Approval Workflow Implementation

python

def approval_workflow(ctx: wf.DaprWorkflowContext, request: ApprovalRequest):
    """Workflow that waits for human approval with timeout."""
    # Request approval from manager
    yield ctx.call_activity(send_approval_request, input=request)

    # Wait for approval or timeout
    approval_event = ctx.wait_for_external_event("approval_received")
    timeout = ctx.create_timer(timedelta(days=3))

    winner = yield wf.when_any([approval_event, timeout])

    if winner == timeout:
        return {"status": "timeout", "reason": "No approval received within 3 days"}

    decision: ApprovalDecision = approval_event.get_result()
    if not decision.approved:
        return {"status": "rejected", "approver": decision.approver}

    # Approved - proceed with action
    yield ctx.call_activity(execute_approved_action, input=request)
    return {"status": "approved", "approver": decision.approver}

Pattern Comparison

Pattern	Use Case	Key Mechanism
Saga	Multi-step transactions needing rollback	Compensation list, reverse execution
Monitor	Eternal polling/checking	continue_as_new, bounded history
Human Interaction	Approval workflows, reviews	wait_for_external_event, timeout

Reflect on Your Skill

Does your dapr-deployment skill understand saga and monitor patterns?

Test Your Skill

text

Using my dapr-deployment skill, explain when I should use the saga pattern vs
just retrying failed operations. My task processing has 4 steps, and step 3
sometimes fails due to external API timeouts.

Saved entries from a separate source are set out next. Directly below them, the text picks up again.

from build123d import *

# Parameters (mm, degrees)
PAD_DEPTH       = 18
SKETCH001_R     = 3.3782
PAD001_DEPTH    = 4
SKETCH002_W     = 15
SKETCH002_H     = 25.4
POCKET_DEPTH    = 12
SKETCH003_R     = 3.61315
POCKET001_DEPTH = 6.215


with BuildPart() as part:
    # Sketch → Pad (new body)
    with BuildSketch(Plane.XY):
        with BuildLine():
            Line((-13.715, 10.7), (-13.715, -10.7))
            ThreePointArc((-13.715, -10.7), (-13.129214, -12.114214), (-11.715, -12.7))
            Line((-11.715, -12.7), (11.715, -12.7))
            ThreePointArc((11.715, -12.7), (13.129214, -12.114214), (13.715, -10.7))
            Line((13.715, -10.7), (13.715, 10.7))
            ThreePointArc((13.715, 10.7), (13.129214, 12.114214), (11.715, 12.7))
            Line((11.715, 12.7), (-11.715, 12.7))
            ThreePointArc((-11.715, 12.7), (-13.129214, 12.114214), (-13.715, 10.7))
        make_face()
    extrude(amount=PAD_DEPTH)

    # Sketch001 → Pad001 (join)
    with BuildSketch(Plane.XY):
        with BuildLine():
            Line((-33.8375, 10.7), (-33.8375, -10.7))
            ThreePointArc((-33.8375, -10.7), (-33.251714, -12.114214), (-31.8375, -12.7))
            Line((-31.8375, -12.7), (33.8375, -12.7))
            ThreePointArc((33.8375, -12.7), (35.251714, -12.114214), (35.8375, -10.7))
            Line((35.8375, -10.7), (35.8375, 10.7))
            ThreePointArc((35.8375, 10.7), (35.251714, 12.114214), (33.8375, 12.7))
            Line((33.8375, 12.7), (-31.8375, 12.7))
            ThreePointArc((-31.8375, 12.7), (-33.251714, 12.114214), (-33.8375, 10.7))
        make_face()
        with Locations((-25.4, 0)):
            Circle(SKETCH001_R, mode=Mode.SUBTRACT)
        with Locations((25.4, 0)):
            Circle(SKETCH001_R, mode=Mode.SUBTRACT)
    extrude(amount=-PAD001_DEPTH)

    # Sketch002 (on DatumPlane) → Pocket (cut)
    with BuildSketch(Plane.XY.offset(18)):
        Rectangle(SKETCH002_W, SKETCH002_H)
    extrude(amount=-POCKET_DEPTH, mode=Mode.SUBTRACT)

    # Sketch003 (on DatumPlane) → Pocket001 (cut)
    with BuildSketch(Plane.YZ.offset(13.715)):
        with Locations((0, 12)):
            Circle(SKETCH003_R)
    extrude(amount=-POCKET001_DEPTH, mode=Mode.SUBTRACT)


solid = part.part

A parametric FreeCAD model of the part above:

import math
import FreeCAD as App
import Part
import Sketcher

V = App.Vector


def add_polygon(sketch, points):
    """Adds a closed chain of lines whose ends are joined by coincident constraints."""
    first, n = sketch.GeometryCount, len(points)
    for a, b in zip(points, points[1:] + points[:1]):
        sketch.addGeometry(Part.LineSegment(App.Vector(*a, 0), App.Vector(*b, 0)), False)
    for i in range(n):
        sketch.addConstraint(Sketcher.Constraint("Coincident", first + i, 2, first + (i + 1) % n, 1))

doc = App.newDocument("Part")
body = doc.addObject("PartDesign::Body", "Body")

sketch1 = doc.addObject("Sketcher::SketchObject", "Sketch")
body.addObject(sketch1)
sketch1.AttachmentSupport = (doc.XY_Plane, [""])
sketch1.MapMode = "FlatFace"
sketch1.addGeometry(Part.LineSegment(V(-13.7, 10.7, 0), V(-13.7, -10.7, 0)), False)
sketch1.addGeometry(Part.ArcOfCircle(Part.Circle(V(-11.7, -10.7, 0), V(0, 0, 1), 2), math.radians(180), math.radians(270)), False)
sketch1.addGeometry(Part.LineSegment(V(-11.7, -12.7, 0), V(11.7, -12.7, 0)), False)
sketch1.addGeometry(Part.ArcOfCircle(Part.Circle(V(11.7, -10.7, 0), V(0, 0, 1), 2), math.radians(-90), math.radians(0)), False)
sketch1.addGeometry(Part.LineSegment(V(13.7, -10.7, 0), V(13.7, 10.7, 0)), False)
sketch1.addGeometry(Part.ArcOfCircle(Part.Circle(V(11.7, 10.7, 0), V(0, 0, 1), 2), math.radians(0), math.radians(90)), False)
sketch1.addGeometry(Part.LineSegment(V(11.7, 12.7, 0), V(-11.7, 12.7, 0)), False)
sketch1.addGeometry(Part.ArcOfCircle(Part.Circle(V(-11.7, 10.7, 0), V(0, 0, 1), 2), math.radians(90), math.radians(180)), False)
sketch1.addConstraint(Sketcher.Constraint("Tangent", 0, 2, 1, 1))
sketch1.addConstraint(Sketcher.Constraint("Tangent", 1, 2, 2, 1))
sketch1.addConstraint(Sketcher.Constraint("Tangent", 2, 2, 3, 1))
sketch1.addConstraint(Sketcher.Constraint("Tangent", 3, 2, 4, 1))
sketch1.addConstraint(Sketcher.Constraint("Tangent", 4, 2, 5, 1))
sketch1.addConstraint(Sketcher.Constraint("Tangent", 5, 2, 6, 1))
sketch1.addConstraint(Sketcher.Constraint("Tangent", 6, 2, 7, 1))
sketch1.addConstraint(Sketcher.Constraint("Tangent", 7, 2, 0, 1))
sketch1.addConstraint(Sketcher.Constraint("Vertical", 0))
sketch1.addConstraint(Sketcher.Constraint("Horizontal", 2))
sketch1.addConstraint(Sketcher.Constraint("Vertical", 4))
sketch1.addConstraint(Sketcher.Constraint("Horizontal", 6))
sketch1.addConstraint(Sketcher.Constraint("Equal", 1, 3))
sketch1.addConstraint(Sketcher.Constraint("Equal", 3, 5))
sketch1.addConstraint(Sketcher.Constraint("Equal", 5, 7))
sketch1.addConstraint(Sketcher.Constraint("Symmetric", 1, 3, 5, 3, -1, 1))
sketch1.addConstraint(Sketcher.Constraint("Radius", 1, 1.999999))
sketch1.addConstraint(Sketcher.Constraint("DistanceY", 0, 2, 0, 1, 21.4))
sketch1.addConstraint(Sketcher.Constraint("DistanceX", 2, 1, 2, 2, 23.43))
pad1 = doc.addObject("PartDesign::Pad", "Pad")
body.addObject(pad1)
pad1.Profile = sketch1
pad1.Length = 18

sketch2 = doc.addObject("Sketcher::SketchObject", "Sketch001")
body.addObject(sketch2)
sketch2.AttachmentSupport = (doc.XY_Plane, [""])
sketch2.MapMode = "FlatFace"
sketch2.addGeometry(Part.LineSegment(V(-33.8, 10.7, 0), V(-33.8, -10.7, 0)), False)
sketch2.addGeometry(Part.ArcOfCircle(Part.Circle(V(-31.8, -10.7, 0), V(0, 0, 1), 2), math.radians(180), math.radians(270)), False)
sketch2.addGeometry(Part.LineSegment(V(-31.8, -12.7, 0), V(33.8, -12.7, 0)), False)
sketch2.addGeometry(Part.ArcOfCircle(Part.Circle(V(33.8, -10.7, 0), V(0, 0, 1), 2), math.radians(-90), math.radians(0)), False)
sketch2.addGeometry(Part.LineSegment(V(35.8, -10.7, 0), V(35.8, 10.7, 0)), False)
sketch2.addGeometry(Part.ArcOfCircle(Part.Circle(V(33.8, 10.7, 0), V(0, 0, 1), 2), math.radians(0), math.radians(90)), False)
sketch2.addGeometry(Part.LineSegment(V(33.8, 12.7, 0), V(-31.8, 12.7, 0)), False)
sketch2.addGeometry(Part.ArcOfCircle(Part.Circle(V(-31.8, 10.7, 0), V(0, 0, 1), 2), math.radians(90), math.radians(180)), False)
sketch2.addGeometry(Part.Circle(V(-25.4, 0, 0), V(0, 0, 1), 3.4), False)
sketch2.addGeometry(Part.Circle(V(25.4, 0, 0), V(0, 0, 1), 3.4), False)
sketch2.addConstraint(Sketcher.Constraint("Tangent", 0, 2, 1, 1))
sketch2.addConstraint(Sketcher.Constraint("Tangent", 1, 2, 2, 1))
sketch2.addConstraint(Sketcher.Constraint("Tangent", 2, 2, 3, 1))
sketch2.addConstraint(Sketcher.Constraint("Tangent", 3, 2, 4, 1))
sketch2.addConstraint(Sketcher.Constraint("Tangent", 4, 2, 5, 1))
sketch2.addConstraint(Sketcher.Constraint("Tangent", 5, 2, 6, 1))
sketch2.addConstraint(Sketcher.Constraint("Tangent", 6, 2, 7, 1))
sketch2.addConstraint(Sketcher.Constraint("Tangent", 7, 2, 0, 1))
sketch2.addConstraint(Sketcher.Constraint("Vertical", 0))
sketch2.addConstraint(Sketcher.Constraint("Horizontal", 2))
sketch2.addConstraint(Sketcher.Constraint("Vertical", 4))
sketch2.addConstraint(Sketcher.Constraint("Horizontal", 6))
sketch2.addConstraint(Sketcher.Constraint("Equal", 1, 3))
sketch2.addConstraint(Sketcher.Constraint("Equal", 3, 5))
sketch2.addConstraint(Sketcher.Constraint("Equal", 5, 7))
sketch2.addConstraint(Sketcher.Constraint("Equal", 8, 9))
sketch2.addConstraint(Sketcher.Constraint("Symmetric", 8, 3, 9, 3, -1, 1))
sketch2.addConstraint(Sketcher.Constraint("PointOnObject", 8, 3, -1))
sketch2.addConstraint(Sketcher.Constraint("Radius", 1, 1.999999))
sketch2.addConstraint(Sketcher.Constraint("DistanceY", 0, 2, 0, 1, 21.4))
sketch2.addConstraint(Sketcher.Constraint("Diameter", 8, 6.7564))
sketch2.addConstraint(Sketcher.Constraint("DistanceY", 1, 3, -1, 1, 10.700001))
sketch2.addConstraint(Sketcher.Constraint("DistanceX", 8, 3, -1, 1, 25.4))
sketch2.addConstraint(Sketcher.Constraint("DistanceX", 2, 1, 2, 2, 65.675))
sketch2.addConstraint(Sketcher.Constraint("DistanceX", 1, 3, -1, 1, 31.837501))
pad2 = doc.addObject("PartDesign::Pad", "Pad001")
body.addObject(pad2)
pad2.Profile = sketch2
pad2.Length = 4
pad2.Reversed = True

sketch3 = doc.addObject("Sketcher::SketchObject", "Sketch002")
body.addObject(sketch3)
sketch3.AttachmentSupport = (doc.XY_Plane, [""])
sketch3.MapMode = "FlatFace"
sketch3.AttachmentOffset = App.Placement(V(0, 0, 18), App.Rotation())
add_polygon(sketch3, [(-8, 13), (-8, -13), (8, -13), (8, 13)])
sketch3.addConstraint(Sketcher.Constraint("Vertical", 0))
sketch3.addConstraint(Sketcher.Constraint("Horizontal", 1))
sketch3.addConstraint(Sketcher.Constraint("Vertical", 2))
sketch3.addConstraint(Sketcher.Constraint("Horizontal", 3))
sketch3.addConstraint(Sketcher.Constraint("Symmetric", 0, 2, 2, 2, -1, 1))
sketch3.addConstraint(Sketcher.Constraint("DistanceX", 1, 1, 1, 2, 15.0))
sketch3.addConstraint(Sketcher.Constraint("DistanceY", 0, 2, 0, 1, 25.4))
pocket1 = doc.addObject("PartDesign::Pocket", "Pocket")
body.addObject(pocket1)
pocket1.Profile = sketch3
pocket1.Length = 12

sketch4 = doc.addObject("Sketcher::SketchObject", "Sketch003")
body.addObject(sketch4)
sketch4.AttachmentSupport = (doc.YZ_Plane, [""])
sketch4.MapMode = "FlatFace"
sketch4.AttachmentOffset = App.Placement(V(0, 0, 13.715), App.Rotation())
sketch4.addGeometry(Part.Circle(V(0, 12, 0), V(0, 0, 1), 3.6), False)
sketch4.addConstraint(Sketcher.Constraint("PointOnObject", 0, 3, -2))
sketch4.addConstraint(Sketcher.Constraint("DistanceY", -1, 1, 0, 3, 12.0))
sketch4.addConstraint(Sketcher.Constraint("Diameter", 0, 7.2263))
pocket2 = doc.addObject("PartDesign::Pocket", "Pocket001")
body.addObject(pocket2)
pocket2.Profile = sketch4
pocket2.Length = 6.215

doc.recompute()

If your skill covers reverse compensation and continue_as_new for memory management, it's working correctly.

Try With AI

Prompt 1: Design a Saga for Your Domain

text

I'm building a task management system with these steps:
1. Create task record in database

2. Reserve capacity from assignee's workload

3. Send notification to assignee

4. Update external analytics dashboard
Help me design a saga workflow that tracks compensation for each step.

Prompt 2: Implement an Eternal Monitor

text

I need a workflow that monitors my AI agent's health every 5 minutes forever.
Show me how to implement this using Dapr Workflows with continue_as_new.
Explain what happens to workflow history with vs without continue_as_new.

Prompt 3: Build an Approval Workflow

text

My task system needs manager approval for high-priority tasks. Design a
workflow that requests manager approval, waits up to 48 hours, and
escapes to a timeout state if no response is received.

Safety Note: Compensation logic is critical for data consistency. Test your compensations thoroughly for idempotency. Monitor patterns that run eternally can accumulate operational costs; ensure your health checks are appropriately tuned.